Search the records below for the word "Locations". Pull out each line that has it.

• RAW DATA:

======

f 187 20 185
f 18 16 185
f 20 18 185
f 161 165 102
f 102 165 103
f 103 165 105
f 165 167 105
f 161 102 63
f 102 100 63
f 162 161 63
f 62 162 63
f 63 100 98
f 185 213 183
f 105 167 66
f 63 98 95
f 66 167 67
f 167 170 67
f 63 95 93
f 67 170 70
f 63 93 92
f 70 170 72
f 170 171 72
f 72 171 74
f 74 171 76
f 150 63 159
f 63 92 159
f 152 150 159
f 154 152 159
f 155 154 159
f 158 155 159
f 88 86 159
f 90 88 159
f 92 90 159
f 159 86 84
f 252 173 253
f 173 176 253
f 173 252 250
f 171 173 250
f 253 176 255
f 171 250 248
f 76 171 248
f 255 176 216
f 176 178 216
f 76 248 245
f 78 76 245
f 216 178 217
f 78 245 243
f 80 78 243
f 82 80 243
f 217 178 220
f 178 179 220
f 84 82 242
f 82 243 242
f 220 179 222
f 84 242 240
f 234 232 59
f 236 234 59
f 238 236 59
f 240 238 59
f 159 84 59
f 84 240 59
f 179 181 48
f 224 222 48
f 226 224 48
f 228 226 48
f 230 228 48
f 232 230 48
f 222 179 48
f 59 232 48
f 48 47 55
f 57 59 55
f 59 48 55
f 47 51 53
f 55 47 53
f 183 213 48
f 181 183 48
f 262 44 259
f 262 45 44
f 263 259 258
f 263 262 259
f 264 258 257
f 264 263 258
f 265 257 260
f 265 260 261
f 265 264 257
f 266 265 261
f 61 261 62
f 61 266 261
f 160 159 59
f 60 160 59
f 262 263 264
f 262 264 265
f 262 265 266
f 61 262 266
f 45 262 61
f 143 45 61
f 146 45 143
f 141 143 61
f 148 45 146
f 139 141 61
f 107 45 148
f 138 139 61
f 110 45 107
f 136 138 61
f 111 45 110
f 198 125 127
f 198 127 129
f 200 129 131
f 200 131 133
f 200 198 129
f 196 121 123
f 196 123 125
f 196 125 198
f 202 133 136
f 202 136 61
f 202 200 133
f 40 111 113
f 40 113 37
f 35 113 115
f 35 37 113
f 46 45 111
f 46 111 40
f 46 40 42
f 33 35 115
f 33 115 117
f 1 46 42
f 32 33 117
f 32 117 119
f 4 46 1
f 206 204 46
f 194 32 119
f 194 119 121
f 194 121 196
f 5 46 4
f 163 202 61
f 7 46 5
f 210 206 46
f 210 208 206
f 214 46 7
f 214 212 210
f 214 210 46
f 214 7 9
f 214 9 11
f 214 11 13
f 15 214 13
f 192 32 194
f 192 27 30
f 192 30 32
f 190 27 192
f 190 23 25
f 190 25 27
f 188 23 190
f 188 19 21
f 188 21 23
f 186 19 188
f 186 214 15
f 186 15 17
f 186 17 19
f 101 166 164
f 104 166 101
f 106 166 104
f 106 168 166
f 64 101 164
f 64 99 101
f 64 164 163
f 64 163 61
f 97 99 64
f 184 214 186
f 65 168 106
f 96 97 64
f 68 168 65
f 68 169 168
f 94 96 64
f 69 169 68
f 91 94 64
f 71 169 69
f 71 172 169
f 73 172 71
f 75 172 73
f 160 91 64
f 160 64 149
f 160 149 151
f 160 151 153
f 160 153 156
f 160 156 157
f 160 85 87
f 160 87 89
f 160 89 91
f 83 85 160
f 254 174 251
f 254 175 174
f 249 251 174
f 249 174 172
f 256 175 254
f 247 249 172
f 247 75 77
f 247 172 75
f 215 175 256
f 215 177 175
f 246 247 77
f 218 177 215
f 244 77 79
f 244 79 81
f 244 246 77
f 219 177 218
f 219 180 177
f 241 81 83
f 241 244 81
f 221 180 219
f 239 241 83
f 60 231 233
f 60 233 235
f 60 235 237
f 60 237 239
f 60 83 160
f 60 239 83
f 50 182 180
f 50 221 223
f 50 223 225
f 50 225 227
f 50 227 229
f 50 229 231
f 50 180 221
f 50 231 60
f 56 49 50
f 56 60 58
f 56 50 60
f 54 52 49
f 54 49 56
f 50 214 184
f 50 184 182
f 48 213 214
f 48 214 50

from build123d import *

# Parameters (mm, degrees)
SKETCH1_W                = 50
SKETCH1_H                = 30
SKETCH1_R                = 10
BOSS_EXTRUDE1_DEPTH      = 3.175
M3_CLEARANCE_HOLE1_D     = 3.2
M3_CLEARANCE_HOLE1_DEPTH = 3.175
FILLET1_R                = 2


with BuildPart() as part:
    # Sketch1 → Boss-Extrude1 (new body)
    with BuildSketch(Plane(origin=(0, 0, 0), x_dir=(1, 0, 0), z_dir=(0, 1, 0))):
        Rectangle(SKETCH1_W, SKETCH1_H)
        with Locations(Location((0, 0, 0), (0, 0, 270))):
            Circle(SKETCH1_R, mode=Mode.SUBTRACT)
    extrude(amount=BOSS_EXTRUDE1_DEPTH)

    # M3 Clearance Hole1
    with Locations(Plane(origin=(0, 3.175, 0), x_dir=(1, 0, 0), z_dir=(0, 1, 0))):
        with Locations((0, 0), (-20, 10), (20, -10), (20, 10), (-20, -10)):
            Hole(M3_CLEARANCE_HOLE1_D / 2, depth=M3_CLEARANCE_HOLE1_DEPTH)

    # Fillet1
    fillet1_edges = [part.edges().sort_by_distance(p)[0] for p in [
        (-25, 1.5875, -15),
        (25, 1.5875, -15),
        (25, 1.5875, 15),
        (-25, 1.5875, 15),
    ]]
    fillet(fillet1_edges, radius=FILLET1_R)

======

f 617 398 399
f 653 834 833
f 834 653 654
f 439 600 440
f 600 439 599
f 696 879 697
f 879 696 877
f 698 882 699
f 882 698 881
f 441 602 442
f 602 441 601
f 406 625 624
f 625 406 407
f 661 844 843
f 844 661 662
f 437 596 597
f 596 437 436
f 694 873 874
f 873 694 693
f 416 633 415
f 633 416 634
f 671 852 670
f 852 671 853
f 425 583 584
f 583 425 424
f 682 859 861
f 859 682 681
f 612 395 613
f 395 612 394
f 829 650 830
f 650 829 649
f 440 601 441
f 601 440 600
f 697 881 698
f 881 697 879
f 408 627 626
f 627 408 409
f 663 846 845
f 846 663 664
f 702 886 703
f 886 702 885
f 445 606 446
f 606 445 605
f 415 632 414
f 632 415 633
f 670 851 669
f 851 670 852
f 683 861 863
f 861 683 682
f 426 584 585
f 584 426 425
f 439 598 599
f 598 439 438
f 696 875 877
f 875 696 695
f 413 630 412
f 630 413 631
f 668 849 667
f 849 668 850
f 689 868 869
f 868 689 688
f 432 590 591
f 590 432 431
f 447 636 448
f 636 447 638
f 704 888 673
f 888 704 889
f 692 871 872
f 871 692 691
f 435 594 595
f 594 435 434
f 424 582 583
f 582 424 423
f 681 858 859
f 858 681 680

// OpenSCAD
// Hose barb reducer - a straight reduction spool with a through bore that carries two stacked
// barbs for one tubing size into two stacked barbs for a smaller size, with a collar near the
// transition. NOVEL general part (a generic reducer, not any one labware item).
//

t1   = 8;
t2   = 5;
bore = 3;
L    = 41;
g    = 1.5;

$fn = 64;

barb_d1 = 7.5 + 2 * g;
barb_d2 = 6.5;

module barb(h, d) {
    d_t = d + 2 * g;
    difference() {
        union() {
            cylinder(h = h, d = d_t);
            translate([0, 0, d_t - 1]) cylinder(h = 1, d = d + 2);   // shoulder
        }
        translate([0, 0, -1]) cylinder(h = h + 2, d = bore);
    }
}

======

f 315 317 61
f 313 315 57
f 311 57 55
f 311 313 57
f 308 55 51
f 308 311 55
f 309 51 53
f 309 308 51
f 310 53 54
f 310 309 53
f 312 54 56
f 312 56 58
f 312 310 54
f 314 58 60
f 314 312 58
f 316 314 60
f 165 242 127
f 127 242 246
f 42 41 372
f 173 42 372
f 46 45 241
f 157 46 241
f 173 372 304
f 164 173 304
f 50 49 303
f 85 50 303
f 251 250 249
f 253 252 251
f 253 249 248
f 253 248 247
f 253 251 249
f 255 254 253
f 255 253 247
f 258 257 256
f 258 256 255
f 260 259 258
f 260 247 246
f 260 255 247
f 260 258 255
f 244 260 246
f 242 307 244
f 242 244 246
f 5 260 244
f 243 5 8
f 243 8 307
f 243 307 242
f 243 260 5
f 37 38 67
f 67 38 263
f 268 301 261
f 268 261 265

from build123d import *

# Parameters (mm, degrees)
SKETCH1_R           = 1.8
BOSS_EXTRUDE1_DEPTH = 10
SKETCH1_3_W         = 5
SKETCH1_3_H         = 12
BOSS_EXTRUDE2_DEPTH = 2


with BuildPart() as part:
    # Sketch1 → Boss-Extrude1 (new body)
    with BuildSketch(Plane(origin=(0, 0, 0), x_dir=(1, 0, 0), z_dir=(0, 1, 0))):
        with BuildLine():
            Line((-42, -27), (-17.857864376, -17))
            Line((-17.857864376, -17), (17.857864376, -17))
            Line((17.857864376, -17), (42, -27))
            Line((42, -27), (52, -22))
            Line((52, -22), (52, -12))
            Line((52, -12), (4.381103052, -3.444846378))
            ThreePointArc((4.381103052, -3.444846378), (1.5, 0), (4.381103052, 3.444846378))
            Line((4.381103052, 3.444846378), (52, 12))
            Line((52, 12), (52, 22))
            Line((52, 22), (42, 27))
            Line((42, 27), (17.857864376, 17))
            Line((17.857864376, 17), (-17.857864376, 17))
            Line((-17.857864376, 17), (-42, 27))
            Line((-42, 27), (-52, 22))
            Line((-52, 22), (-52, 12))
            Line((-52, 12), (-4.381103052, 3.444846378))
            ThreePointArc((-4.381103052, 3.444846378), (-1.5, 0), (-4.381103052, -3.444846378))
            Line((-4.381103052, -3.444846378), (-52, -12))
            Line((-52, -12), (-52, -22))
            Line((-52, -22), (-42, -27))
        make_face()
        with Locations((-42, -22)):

======

• THE ANSWER:
        with Locations(Location((0, 0, 0), (0, 0, 270))):
    with Locations(Plane(origin=(0, 3.175, 0), x_dir=(1, 0, 0), z_dir=(0, 1, 0))):
        with Locations((0, 0), (-20, 10), (20, -10), (20, 10), (-20, -10)):
        with Locations((-42, -22)):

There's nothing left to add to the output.